►

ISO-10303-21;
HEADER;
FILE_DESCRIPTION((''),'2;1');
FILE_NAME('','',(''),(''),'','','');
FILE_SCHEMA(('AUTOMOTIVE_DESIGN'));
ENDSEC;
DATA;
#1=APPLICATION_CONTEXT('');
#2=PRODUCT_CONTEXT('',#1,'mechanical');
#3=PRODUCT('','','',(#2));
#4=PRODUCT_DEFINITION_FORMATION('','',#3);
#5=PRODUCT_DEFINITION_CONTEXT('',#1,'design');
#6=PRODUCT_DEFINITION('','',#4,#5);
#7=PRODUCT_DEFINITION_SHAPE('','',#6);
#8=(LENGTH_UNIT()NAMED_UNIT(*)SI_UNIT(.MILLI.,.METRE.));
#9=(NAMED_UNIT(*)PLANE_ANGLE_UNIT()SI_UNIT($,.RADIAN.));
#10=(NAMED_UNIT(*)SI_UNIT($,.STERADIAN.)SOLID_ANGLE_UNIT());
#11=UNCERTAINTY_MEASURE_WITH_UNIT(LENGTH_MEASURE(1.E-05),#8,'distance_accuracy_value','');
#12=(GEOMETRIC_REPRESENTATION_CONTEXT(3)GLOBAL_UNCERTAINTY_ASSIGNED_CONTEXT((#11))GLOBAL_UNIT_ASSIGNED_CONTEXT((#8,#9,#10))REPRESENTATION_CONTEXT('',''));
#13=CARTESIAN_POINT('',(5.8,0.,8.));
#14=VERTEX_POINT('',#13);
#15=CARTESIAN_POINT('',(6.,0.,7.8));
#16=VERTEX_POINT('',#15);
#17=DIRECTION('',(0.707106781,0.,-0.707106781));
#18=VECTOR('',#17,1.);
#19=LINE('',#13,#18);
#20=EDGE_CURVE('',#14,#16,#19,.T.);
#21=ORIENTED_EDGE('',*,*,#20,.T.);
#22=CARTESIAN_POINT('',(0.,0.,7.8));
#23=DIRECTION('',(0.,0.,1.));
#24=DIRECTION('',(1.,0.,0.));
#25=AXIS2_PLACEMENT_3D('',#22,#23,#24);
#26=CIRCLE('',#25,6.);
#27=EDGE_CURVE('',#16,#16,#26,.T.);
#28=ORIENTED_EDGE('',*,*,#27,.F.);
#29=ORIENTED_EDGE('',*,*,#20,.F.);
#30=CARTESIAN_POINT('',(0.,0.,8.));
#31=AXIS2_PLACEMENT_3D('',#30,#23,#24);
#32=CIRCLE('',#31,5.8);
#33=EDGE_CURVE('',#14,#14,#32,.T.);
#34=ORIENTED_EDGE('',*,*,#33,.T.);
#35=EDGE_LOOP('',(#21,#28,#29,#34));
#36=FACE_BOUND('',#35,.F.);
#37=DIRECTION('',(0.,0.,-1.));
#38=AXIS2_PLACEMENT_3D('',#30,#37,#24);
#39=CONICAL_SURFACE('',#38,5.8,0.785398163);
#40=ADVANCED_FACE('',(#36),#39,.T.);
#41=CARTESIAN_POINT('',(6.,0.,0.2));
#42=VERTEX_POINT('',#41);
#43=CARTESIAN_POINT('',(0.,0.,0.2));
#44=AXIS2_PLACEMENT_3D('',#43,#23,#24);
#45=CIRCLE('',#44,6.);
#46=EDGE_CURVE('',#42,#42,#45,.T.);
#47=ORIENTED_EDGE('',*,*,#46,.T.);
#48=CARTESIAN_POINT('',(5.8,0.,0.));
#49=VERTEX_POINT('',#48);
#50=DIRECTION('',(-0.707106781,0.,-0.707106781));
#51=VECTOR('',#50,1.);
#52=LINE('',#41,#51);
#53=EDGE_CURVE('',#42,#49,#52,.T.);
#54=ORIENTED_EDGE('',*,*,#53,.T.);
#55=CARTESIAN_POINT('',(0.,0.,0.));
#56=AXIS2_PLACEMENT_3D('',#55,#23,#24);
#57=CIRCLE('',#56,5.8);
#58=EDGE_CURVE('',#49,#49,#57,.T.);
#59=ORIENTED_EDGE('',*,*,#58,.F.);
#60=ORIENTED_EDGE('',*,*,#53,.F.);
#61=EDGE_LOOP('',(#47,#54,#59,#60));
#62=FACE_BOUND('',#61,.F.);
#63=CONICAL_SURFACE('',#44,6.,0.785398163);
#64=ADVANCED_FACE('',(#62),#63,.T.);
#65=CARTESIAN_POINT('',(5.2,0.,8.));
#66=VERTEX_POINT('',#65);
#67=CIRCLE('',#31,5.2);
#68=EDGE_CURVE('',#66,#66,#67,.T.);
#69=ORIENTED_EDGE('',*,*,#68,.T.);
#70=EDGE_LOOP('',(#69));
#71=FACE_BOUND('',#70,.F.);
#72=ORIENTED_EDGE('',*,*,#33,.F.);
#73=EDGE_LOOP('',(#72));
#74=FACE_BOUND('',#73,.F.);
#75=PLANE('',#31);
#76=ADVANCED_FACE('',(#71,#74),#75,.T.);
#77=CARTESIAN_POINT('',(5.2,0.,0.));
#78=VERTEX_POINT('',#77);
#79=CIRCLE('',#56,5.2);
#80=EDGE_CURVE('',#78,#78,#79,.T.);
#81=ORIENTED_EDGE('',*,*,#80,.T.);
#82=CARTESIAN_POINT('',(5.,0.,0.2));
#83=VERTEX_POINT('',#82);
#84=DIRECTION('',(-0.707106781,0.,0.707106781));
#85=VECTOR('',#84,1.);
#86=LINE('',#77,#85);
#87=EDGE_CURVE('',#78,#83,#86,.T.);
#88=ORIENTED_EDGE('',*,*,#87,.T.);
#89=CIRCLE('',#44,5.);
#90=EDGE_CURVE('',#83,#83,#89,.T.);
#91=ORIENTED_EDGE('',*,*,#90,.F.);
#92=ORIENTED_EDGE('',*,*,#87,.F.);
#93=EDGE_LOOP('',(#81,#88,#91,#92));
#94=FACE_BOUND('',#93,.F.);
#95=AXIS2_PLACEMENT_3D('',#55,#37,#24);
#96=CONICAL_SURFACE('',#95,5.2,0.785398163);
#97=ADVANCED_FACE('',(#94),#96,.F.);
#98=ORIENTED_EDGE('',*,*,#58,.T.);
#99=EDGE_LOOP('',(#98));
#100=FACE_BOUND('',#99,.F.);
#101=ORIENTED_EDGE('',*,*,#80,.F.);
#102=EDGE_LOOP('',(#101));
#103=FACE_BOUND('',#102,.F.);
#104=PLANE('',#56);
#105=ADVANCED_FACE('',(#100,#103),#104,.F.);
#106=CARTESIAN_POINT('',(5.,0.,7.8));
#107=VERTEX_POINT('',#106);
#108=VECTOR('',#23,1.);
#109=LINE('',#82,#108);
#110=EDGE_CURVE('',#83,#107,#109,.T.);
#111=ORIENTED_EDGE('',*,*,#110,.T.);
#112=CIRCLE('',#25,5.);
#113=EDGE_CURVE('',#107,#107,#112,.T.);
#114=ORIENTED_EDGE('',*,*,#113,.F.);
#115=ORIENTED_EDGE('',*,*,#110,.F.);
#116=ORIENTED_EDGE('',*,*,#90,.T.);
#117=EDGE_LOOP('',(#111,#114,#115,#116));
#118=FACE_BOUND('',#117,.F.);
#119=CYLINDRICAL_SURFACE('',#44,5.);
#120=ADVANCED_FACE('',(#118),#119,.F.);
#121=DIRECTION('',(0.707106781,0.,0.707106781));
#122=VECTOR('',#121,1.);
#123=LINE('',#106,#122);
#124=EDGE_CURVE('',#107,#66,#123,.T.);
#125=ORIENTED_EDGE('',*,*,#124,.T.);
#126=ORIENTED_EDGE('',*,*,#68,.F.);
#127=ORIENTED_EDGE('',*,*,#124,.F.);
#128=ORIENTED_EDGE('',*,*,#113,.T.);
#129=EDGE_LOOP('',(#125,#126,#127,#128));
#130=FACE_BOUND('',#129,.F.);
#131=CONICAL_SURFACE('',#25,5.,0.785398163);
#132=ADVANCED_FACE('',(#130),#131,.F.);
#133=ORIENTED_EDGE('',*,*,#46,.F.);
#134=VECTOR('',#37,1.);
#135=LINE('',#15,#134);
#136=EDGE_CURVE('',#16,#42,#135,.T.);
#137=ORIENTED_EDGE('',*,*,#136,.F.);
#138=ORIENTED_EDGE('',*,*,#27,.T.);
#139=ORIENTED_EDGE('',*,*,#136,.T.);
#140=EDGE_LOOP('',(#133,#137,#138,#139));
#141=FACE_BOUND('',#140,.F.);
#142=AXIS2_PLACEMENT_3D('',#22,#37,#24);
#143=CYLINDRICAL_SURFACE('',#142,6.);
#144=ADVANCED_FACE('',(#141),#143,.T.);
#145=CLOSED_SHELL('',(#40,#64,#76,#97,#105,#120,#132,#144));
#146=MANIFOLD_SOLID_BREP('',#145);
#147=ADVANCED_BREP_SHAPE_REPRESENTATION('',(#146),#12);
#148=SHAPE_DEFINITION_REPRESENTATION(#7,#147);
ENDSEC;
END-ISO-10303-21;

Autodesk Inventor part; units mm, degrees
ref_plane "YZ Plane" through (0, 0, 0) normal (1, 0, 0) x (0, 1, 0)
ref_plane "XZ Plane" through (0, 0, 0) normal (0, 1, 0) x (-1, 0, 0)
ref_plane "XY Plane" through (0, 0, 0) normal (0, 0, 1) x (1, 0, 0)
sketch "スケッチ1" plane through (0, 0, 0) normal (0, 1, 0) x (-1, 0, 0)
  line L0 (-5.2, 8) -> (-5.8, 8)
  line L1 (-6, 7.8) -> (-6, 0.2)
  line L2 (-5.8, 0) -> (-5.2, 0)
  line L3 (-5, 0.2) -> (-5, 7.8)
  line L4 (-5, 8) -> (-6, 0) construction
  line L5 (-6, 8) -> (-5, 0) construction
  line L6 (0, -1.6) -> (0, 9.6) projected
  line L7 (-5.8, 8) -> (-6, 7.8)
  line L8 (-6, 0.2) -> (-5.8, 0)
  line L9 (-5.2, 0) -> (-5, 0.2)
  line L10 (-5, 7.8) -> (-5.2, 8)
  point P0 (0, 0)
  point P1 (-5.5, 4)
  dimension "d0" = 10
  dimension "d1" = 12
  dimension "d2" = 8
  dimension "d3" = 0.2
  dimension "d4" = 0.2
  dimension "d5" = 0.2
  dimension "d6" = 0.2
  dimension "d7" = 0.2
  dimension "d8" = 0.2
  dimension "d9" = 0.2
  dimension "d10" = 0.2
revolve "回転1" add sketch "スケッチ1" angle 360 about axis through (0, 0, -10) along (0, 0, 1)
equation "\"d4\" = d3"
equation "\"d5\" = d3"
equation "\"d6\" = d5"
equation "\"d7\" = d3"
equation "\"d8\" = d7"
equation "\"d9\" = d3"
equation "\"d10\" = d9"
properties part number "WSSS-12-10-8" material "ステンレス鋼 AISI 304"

◄

__TASK__: Starting at the line above that holds "#1=APPLICATION_CONTEXT('');" and ending at the line that holds "#7=PRODUCT_DEFINITION_SHAPE('','',#6);", transcribe each line exactly and include no other lines.

__OUTPUT FOR THIS TASK__:
#1=APPLICATION_CONTEXT('');
#2=PRODUCT_CONTEXT('',#1,'mechanical');
#3=PRODUCT('','','',(#2));
#4=PRODUCT_DEFINITION_FORMATION('','',#3);
#5=PRODUCT_DEFINITION_CONTEXT('',#1,'design');
#6=PRODUCT_DEFINITION('','',#4,#5);
#7=PRODUCT_DEFINITION_SHAPE('','',#6);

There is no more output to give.